Saved data entries

^^^^^^^^^^^^^^^^

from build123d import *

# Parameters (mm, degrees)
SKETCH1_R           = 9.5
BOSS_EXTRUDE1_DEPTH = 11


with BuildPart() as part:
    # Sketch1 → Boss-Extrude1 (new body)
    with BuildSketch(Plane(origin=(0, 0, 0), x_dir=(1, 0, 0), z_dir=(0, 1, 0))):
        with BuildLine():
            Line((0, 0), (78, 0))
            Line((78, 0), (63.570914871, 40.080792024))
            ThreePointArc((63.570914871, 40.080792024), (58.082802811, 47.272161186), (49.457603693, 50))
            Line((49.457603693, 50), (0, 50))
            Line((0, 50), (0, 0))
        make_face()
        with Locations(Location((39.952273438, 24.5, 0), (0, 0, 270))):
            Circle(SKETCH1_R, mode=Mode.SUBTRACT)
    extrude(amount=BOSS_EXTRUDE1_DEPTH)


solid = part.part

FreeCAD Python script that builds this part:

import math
import FreeCAD as App
import Part
import Sketcher

V = App.Vector
Q = App.Units.Quantity

doc = App.newDocument("Part")
body = doc.addObject("PartDesign::Body", "Body")

# Sketch on XZ plane
sketch1 = body.newObject("Sketcher::SketchObject", "Sketch")
sketch1.AttachmentSupport = (doc.getObject("XZ_Plane"), [""])
sketch1.MapMode = "FlatFace"
sketch1.addGeometry([
    Part.LineSegment(V(0, 0, 0), V(78, 0, 0)),  # 0
    Part.LineSegment(V(78, 0, 0), V(64, -40, 0)),  # 1
    Part.ArcOfCircle(Part.Circle(V(49, -35, 0), V(0, 0, 1), 15), math.radians(-90), math.radians(-20)),  # 2
    Part.LineSegment(V(49, -50, 0), V(0, -50, 0)),  # 3
    Part.LineSegment(V(0, -50, 0), V(0, 0, 0)),  # 4
    Part.Circle(V(40, -24, 0), V(0, 0, 1), 10),  # 5
], False)
sketch1.addConstraint([
    Sketcher.Constraint("Coincident", 0, 2, 1, 1),
    Sketcher.Constraint("Tangent", 1, 2, 2, 2),
    Sketcher.Constraint("Tangent", 2, 1, 3, 1),
    Sketcher.Constraint("Coincident", 3, 2, 4, 1),
    Sketcher.Constraint("Coincident", 4, 2, 0, 1),
    Sketcher.Constraint("Horizontal", 0),
    Sketcher.Constraint("Horizontal", 3),
    Sketcher.Constraint("Vertical", 4),
    Sketcher.Constraint("Coincident", 4, 2, -1, 1),
    Sketcher.Constraint("Diameter", 5, Q("19 mm")),
    Sketcher.Constraint("Radius", 2, Q("15 mm")),
    Sketcher.Constraint("DistanceX", 0, 1, 0, 2, Q("78 mm")),
    Sketcher.Constraint("DistanceY", 4, 1, 4, 2, Q("50 mm")),
    Sketcher.Constraint("DistanceY", 5, 3, -1, 1, Q("24.5 mm")),
    Sketcher.Constraint("DistanceX", 3, 2, 3, 1, Q("49.457604 mm")),
    Sketcher.Constraint("DistanceX", 5, 3, 2, 3, Q("9.50533 mm")),
])
pad1 = body.newObject("PartDesign::Pad", "Pad")
pad1.Profile = sketch1
pad1.Length = 11
pad1.Reversed = True

doc.recompute()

^^^^^^^^^^^^^^^^

◆ Description of the task ◆
All of the data, start to finish: please output it exactly.

◆ Reply ◆
from build123d import *

# Parameters (mm, degrees)
SKETCH1_R           = 9.5
BOSS_EXTRUDE1_DEPTH = 11


with BuildPart() as part:
    # Sketch1 → Boss-Extrude1 (new body)
    with BuildSketch(Plane(origin=(0, 0, 0), x_dir=(1, 0, 0), z_dir=(0, 1, 0))):
        with BuildLine():
            Line((0, 0), (78, 0))
            Line((78, 0), (63.570914871, 40.080792024))
            ThreePointArc((63.570914871, 40.080792024), (58.082802811, 47.272161186), (49.457603693, 50))
            Line((49.457603693, 50), (0, 50))
            Line((0, 50), (0, 0))
        make_face()
        with Locations(Location((39.952273438, 24.5, 0), (0, 0, 270))):
            Circle(SKETCH1_R, mode=Mode.SUBTRACT)
    extrude(amount=BOSS_EXTRUDE1_DEPTH)


solid = part.part

FreeCAD Python script that builds this part:

import math
import FreeCAD as App
import Part
import Sketcher

V = App.Vector
Q = App.Units.Quantity

doc = App.newDocument("Part")
body = doc.addObject("PartDesign::Body", "Body")

# Sketch on XZ plane
sketch1 = body.newObject("Sketcher::SketchObject", "Sketch")
sketch1.AttachmentSupport = (doc.getObject("XZ_Plane"), [""])
sketch1.MapMode = "FlatFace"
sketch1.addGeometry([
    Part.LineSegment(V(0, 0, 0), V(78, 0, 0)),  # 0
    Part.LineSegment(V(78, 0, 0), V(64, -40, 0)),  # 1
    Part.ArcOfCircle(Part.Circle(V(49, -35, 0), V(0, 0, 1), 15), math.radians(-90), math.radians(-20)),  # 2
    Part.LineSegment(V(49, -50, 0), V(0, -50, 0)),  # 3
    Part.LineSegment(V(0, -50, 0), V(0, 0, 0)),  # 4
    Part.Circle(V(40, -24, 0), V(0, 0, 1), 10),  # 5
], False)
sketch1.addConstraint([
    Sketcher.Constraint("Coincident", 0, 2, 1, 1),
    Sketcher.Constraint("Tangent", 1, 2, 2, 2),
    Sketcher.Constraint("Tangent", 2, 1, 3, 1),
    Sketcher.Constraint("Coincident", 3, 2, 4, 1),
    Sketcher.Constraint("Coincident", 4, 2, 0, 1),
    Sketcher.Constraint("Horizontal", 0),
    Sketcher.Constraint("Horizontal", 3),
    Sketcher.Constraint("Vertical", 4),
    Sketcher.Constraint("Coincident", 4, 2, -1, 1),
    Sketcher.Constraint("Diameter", 5, Q("19 mm")),
    Sketcher.Constraint("Radius", 2, Q("15 mm")),
    Sketcher.Constraint("DistanceX", 0, 1, 0, 2, Q("78 mm")),
    Sketcher.Constraint("DistanceY", 4, 1, 4, 2, Q("50 mm")),
    Sketcher.Constraint("DistanceY", 5, 3, -1, 1, Q("24.5 mm")),
    Sketcher.Constraint("DistanceX", 3, 2, 3, 1, Q("49.457604 mm")),
    Sketcher.Constraint("DistanceX", 5, 3, 2, 3, Q("9.50533 mm")),
])
pad1 = body.newObject("PartDesign::Pad", "Pad")
pad1.Profile = sketch1
pad1.Length = 11
pad1.Reversed = True

doc.recompute()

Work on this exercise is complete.